A gumball was dispensed!
A gumball was dispensed!
There are no gumballs left
A gumball was dispensed!
You have no coins
  • 1
    i see how you did that, that was the answer i was looking for! Although i found another solution i want to run by you. basically i just used a static method from another class to facilitate the communication between the two objects via (static method called from person: static method calls a method in GumballMachine: static method returns a Gumball back to Person). can you see an issue with that? – 3alto Nov 21 '15 at 21:27
4

Create an interface, say Coinable, with a single insertCoin() method.

interface Coinable {
    insertCoin();
}

Then you can make n Object(s) that implement Coinable (and, some may delegate). And by programming to the interface, you can use various instances interchangeably.

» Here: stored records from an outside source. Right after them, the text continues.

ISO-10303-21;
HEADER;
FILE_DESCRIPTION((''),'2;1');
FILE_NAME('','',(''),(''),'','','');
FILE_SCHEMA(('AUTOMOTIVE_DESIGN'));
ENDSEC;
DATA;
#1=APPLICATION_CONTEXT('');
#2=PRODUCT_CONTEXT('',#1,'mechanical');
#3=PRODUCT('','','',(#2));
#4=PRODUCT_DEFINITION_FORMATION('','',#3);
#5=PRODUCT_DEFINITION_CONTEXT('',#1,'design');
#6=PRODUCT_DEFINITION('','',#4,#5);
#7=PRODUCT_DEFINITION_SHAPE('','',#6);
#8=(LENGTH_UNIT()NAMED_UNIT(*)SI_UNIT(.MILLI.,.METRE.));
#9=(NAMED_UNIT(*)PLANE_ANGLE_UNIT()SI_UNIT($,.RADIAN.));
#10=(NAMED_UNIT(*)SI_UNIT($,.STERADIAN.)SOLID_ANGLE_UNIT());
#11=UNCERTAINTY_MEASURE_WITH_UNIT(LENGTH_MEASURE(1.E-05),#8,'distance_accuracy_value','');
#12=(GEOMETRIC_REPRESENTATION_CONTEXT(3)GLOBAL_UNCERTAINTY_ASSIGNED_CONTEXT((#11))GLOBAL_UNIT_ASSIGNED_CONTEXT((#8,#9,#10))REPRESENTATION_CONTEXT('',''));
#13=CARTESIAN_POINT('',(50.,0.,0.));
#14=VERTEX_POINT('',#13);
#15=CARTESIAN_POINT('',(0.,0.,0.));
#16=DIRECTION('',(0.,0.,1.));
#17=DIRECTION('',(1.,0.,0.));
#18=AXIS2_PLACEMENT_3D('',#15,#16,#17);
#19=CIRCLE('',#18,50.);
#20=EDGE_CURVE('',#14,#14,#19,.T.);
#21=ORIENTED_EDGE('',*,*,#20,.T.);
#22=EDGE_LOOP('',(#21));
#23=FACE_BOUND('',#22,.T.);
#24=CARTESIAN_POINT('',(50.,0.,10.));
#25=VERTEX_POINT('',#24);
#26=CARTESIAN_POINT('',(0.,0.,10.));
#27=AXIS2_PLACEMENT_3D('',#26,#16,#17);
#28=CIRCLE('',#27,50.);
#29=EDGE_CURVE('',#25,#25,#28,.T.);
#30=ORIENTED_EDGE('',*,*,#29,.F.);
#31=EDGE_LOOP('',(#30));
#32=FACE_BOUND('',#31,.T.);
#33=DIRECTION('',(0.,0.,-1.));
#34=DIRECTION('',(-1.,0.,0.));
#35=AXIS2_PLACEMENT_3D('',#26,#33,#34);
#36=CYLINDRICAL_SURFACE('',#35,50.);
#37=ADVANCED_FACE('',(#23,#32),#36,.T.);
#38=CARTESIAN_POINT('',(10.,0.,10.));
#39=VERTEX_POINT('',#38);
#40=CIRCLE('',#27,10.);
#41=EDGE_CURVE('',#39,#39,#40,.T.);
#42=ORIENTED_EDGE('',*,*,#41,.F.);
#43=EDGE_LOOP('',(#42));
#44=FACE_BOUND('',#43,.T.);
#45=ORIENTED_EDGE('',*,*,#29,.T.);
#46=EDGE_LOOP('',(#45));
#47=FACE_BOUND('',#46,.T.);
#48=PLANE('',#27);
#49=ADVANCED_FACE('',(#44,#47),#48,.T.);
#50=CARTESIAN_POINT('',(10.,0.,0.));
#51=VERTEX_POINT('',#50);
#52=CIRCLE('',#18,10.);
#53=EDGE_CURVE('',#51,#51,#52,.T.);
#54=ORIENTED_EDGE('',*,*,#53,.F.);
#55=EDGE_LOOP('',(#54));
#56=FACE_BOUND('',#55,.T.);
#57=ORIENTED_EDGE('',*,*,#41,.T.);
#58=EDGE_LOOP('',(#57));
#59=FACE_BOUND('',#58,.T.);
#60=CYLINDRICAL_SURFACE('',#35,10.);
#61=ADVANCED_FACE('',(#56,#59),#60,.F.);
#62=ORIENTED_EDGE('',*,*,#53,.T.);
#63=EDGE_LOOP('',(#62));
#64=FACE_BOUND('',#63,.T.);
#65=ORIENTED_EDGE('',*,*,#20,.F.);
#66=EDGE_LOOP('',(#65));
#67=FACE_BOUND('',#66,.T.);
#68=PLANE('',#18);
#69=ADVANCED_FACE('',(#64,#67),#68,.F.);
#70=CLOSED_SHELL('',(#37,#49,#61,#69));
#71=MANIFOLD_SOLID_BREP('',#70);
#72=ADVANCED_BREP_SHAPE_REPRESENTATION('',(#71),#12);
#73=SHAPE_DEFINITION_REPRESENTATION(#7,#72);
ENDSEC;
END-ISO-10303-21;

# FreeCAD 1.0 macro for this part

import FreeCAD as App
import Part
import Sketcher
Q = App.Units.Quantity

doc = App.newDocument("Part")
body = doc.addObject("PartDesign::Body", "Body")

sketch1 = doc.addObject("Sketcher::SketchObject", "Sketch")
body.addObject(sketch1)
sketch1.AttachmentSupport = (doc.XY_Plane, [""])
sketch1.MapMode = "FlatFace"
sketch1.addGeometry([
    Part.Circle(App.Vector(0, 0, 0), App.Vector(0, 0, 1), 50),
    Part.Circle(App.Vector(0, 0, 0), App.Vector(0, 0, 1), 10),
], False)
sketch1.addConstraint([
    Sketcher.Constraint("Coincident", 0, 3, -1, 1),
    Sketcher.Constraint("Coincident", 1, 3, -1, 1),
    Sketcher.Constraint("Diameter", 0, Q("100 mm")),
    Sketcher.Constraint("Diameter", 1, Q("20 mm")),
])
pad1 = doc.addObject("PartDesign::Pad", "Pad")
body.addObject(pad1)
pad1.Profile = sketch1
pad1.Length = 10

doc.recompute()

  • i created one called InsertCoinInterface, which was implemented by Person, and GumballMachine, how would i then have GumballMachine implementation of the interface be called after the Person implementation was called? – 3alto Nov 21 '15 at 20:59
  • The caller doesn't care. But the Person would need a GumballMachine to delegate to. There's also Chain of Responsibility. I'm not positive what you're asking. – Elliott Frisch Nov 21 '15 at 21:02
  • Let's back up for a moment. Why does the Person object need to know anything about the GumballMachine object? When a person inserts a coin into the gumball machine, why can't that action be executed outside of both classes (in the main body of the program)? – John Doe Nov 22 '15 at 21:26
0

OK, here is a different take on the question.

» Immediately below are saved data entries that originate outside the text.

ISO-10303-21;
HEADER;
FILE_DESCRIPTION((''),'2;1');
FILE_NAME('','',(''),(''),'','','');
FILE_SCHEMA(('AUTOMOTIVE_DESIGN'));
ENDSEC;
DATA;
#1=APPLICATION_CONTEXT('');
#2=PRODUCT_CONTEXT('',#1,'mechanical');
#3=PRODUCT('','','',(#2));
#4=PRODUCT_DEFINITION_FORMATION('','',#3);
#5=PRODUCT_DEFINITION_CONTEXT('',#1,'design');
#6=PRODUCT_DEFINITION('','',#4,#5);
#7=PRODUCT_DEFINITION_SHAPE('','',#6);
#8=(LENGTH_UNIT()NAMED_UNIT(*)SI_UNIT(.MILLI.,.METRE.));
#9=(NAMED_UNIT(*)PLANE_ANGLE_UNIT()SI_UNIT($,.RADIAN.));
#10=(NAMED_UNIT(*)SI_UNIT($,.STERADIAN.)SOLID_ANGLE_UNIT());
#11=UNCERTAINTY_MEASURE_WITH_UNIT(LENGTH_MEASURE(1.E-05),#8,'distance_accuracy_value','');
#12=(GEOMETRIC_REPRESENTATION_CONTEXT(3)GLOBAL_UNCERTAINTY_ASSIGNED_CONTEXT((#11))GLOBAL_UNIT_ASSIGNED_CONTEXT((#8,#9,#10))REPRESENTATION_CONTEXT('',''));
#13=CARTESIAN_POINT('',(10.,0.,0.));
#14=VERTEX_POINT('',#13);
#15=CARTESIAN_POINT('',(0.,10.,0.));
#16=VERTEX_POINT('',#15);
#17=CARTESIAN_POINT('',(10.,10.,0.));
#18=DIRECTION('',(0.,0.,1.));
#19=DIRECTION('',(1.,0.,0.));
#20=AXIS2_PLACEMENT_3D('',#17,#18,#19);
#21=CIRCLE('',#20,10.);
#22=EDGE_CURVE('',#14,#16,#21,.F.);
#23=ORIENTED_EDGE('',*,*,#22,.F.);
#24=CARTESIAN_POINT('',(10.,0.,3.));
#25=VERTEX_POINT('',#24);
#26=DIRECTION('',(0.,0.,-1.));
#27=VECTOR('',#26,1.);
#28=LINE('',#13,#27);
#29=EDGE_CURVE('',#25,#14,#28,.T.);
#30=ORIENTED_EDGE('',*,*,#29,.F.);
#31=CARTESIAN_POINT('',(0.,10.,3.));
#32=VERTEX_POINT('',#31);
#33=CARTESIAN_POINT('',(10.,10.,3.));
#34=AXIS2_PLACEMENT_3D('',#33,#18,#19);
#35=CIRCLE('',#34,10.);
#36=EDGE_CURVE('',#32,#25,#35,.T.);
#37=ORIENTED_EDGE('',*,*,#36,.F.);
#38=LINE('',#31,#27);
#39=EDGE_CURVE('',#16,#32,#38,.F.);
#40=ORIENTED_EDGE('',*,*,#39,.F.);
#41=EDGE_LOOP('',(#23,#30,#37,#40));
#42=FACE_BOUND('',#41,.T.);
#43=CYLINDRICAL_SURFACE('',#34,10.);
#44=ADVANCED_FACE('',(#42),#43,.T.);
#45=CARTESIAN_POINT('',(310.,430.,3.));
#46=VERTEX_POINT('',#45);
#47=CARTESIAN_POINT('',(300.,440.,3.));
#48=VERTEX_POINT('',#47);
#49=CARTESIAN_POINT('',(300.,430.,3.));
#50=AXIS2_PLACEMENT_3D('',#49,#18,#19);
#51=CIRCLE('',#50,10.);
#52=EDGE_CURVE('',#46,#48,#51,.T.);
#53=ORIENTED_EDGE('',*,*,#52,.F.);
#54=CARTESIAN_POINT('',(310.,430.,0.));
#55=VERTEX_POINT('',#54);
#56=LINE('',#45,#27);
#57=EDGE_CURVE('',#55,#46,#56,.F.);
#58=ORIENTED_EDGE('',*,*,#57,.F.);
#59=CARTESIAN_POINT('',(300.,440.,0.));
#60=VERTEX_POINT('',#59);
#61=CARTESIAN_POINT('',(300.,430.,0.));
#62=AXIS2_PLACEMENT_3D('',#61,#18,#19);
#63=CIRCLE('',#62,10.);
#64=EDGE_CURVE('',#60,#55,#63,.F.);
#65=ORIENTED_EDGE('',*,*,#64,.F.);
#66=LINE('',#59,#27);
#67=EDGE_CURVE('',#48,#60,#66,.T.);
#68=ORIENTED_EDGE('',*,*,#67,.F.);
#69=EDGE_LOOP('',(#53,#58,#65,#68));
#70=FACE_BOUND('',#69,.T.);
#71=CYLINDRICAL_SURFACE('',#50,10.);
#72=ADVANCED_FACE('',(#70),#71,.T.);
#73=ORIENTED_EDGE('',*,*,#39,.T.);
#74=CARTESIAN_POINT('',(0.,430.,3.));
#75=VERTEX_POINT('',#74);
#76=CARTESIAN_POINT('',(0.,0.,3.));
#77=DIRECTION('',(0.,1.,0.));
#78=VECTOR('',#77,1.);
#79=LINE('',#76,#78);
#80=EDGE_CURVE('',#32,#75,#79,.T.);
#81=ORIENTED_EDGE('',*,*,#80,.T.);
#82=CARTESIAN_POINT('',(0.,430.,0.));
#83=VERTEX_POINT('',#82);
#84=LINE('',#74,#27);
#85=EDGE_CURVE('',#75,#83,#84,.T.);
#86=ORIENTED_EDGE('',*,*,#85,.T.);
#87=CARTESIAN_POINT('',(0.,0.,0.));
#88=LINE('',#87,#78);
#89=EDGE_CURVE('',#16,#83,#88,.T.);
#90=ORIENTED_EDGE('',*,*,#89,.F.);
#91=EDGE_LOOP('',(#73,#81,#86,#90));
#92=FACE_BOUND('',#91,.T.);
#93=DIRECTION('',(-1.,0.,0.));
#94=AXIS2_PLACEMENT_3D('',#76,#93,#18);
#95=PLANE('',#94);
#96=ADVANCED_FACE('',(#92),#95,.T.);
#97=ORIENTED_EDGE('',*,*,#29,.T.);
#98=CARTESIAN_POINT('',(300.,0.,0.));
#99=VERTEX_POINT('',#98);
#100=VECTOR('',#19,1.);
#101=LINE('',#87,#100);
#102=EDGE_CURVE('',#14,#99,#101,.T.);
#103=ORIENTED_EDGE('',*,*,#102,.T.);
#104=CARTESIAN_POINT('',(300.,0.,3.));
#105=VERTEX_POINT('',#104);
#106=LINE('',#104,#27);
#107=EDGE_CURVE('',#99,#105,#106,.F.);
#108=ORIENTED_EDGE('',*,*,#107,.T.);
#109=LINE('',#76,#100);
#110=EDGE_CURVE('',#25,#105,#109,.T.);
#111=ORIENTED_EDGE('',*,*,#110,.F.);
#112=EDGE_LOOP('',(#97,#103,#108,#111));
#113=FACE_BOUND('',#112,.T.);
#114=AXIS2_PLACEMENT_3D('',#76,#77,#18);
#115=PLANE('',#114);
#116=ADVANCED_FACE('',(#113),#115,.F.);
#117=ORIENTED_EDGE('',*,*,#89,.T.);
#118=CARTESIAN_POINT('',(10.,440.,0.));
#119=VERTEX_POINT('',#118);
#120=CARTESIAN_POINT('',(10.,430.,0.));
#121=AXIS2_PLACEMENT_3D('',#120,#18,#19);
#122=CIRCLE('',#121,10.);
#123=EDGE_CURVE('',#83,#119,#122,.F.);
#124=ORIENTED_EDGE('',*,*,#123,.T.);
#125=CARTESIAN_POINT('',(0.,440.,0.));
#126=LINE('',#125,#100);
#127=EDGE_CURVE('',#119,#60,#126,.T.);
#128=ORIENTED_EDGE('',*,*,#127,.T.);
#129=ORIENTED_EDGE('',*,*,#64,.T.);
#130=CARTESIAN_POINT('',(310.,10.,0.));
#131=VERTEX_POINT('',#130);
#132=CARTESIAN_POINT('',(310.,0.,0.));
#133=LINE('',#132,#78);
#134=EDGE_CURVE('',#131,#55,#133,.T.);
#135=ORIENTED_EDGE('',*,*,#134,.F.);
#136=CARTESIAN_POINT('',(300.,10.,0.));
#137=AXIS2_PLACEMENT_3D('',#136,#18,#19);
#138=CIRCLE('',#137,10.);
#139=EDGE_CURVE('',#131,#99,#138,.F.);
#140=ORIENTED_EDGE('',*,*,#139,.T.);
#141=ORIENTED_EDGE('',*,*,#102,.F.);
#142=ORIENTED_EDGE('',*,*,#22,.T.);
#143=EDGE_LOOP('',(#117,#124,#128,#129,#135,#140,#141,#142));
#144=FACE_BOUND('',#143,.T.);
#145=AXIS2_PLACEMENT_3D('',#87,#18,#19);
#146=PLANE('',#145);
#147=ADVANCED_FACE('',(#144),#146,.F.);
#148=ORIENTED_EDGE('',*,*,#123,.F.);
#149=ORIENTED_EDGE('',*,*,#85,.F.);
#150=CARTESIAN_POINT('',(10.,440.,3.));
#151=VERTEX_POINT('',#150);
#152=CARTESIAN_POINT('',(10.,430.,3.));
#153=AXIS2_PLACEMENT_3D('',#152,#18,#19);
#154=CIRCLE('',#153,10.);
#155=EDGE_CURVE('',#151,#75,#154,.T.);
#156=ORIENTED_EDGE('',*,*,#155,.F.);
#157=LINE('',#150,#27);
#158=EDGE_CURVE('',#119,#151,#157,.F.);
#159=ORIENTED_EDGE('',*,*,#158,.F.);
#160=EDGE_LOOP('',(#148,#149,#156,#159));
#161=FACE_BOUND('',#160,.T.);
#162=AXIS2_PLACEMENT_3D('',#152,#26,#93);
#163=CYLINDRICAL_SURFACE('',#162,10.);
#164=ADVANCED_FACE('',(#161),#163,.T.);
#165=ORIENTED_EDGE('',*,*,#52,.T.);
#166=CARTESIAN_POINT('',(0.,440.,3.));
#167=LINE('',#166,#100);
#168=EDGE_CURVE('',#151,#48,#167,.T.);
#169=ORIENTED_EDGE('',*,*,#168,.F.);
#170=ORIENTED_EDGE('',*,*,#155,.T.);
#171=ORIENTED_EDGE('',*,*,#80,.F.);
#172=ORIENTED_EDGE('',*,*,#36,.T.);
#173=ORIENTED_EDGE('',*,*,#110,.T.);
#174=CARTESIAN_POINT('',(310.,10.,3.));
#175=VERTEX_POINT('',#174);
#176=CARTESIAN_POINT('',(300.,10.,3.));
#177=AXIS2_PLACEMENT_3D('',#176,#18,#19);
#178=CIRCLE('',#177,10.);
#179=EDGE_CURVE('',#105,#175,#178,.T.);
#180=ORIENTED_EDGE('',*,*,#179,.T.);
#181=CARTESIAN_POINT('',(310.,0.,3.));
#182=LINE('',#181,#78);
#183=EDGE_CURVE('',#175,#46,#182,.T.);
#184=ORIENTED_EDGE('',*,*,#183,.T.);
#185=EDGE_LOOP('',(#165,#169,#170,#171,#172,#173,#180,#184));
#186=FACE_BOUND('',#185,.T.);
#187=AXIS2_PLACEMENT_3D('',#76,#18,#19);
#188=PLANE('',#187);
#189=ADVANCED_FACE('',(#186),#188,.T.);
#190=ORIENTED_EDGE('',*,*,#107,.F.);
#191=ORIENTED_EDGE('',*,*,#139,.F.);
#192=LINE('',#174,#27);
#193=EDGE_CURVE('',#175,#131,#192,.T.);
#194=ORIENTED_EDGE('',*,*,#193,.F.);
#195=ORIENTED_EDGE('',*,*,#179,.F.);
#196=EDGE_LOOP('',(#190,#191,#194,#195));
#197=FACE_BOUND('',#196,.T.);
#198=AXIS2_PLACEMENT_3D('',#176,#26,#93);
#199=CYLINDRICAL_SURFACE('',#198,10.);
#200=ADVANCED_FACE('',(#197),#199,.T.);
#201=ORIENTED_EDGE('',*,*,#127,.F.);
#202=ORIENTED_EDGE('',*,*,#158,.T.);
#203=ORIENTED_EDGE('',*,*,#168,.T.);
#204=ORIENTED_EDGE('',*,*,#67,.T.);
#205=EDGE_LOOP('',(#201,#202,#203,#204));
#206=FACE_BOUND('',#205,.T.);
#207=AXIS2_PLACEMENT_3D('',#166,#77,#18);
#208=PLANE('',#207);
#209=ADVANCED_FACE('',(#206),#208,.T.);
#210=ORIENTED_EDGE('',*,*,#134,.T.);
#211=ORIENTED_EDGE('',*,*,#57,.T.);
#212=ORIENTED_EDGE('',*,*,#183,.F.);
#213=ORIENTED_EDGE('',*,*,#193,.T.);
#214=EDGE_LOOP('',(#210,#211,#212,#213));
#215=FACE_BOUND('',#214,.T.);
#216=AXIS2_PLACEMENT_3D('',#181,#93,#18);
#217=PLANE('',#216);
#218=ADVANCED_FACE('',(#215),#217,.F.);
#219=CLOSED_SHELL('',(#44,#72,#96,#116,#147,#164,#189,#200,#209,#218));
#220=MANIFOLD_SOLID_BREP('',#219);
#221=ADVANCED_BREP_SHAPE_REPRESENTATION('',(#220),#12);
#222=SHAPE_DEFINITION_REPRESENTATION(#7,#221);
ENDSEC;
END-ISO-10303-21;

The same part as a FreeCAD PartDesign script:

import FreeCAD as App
import Part
import Sketcher

V = App.Vector
Q = App.Units.Quantity


def edges_at(feature, points):
    """Names of the edges that pass closest to the given points."""
    edges = feature.Shape.Edges
    near = lambda p: min(range(len(edges)), key=lambda i: edges[i].distToShape(Part.Vertex(*p))[0])
    return sorted({f"Edge{near(p) + 1}" for p in points})


def add_polygon(sketch, points):
    """Adds a closed chain of lines whose ends are joined by coincident constraints."""
    first, n = sketch.GeometryCount, len(points)
    for a, b in zip(points, points[1:] + points[:1]):
        sketch.addGeometry(Part.LineSegment(App.Vector(*a, 0), App.Vector(*b, 0)), False)
    for i in range(n):
        sketch.addConstraint(Sketcher.Constraint("Coincident", first + i, 2, first + (i + 1) % n, 1))

doc = App.newDocument("Part")
body = doc.addObject("PartDesign::Body", "Body")

# Sketch on XY plane
sketch1 = doc.addObject("Sketcher::SketchObject", "Sketch")
body.addObject(sketch1)
sketch1.AttachmentSupport = (doc.XY_Plane, [""])
sketch1.MapMode = "FlatFace"
add_polygon(sketch1, [(0, 440), (0, 0), (310, 0), (310, 440)])  # lines 0-3
sketch1.addConstraint(Sketcher.Constraint("Vertical", 0))
sketch1.addConstraint(Sketcher.Constraint("Horizontal", 1))
sketch1.addConstraint(Sketcher.Constraint("Vertical", 2))
sketch1.addConstraint(Sketcher.Constraint("Horizontal", 3))
sketch1.addConstraint(Sketcher.Constraint("Coincident", 0, 2, -1, 1))
sketch1.addConstraint(Sketcher.Constraint("DistanceX", 1, 1, 1, 2, Q("310 mm")))
sketch1.addConstraint(Sketcher.Constraint("DistanceY", 0, 2, 0, 1, Q("440 mm")))
pad1 = doc.addObject("PartDesign::Pad", "Pad")
body.addObject(pad1)
pad1.Profile = sketch1
pad1.Length = 3
doc.recompute()

fillet = doc.addObject("PartDesign::Fillet", "Fillet")
body.addObject(fillet)
fillet.Base = (pad1, edges_at(pad1, [
    (0, 440, 1.5),
    (0, 0, 1.5),
    (310, 0, 1.5),
    (310, 440, 1.5),
]))
fillet.Radius = 10

doc.recompute()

An object oriented principle is to minimize coupling. I agree that it is often a good idea. But another important programming principle is to minimize complexity. The answer by cricket_007 does a good job of reducing coupling, but it does add more code. I don't know the specifics of your application, but there may be times when it is better to go with the simpler but more coupled code. This is especially true if the application is going to be fairly small.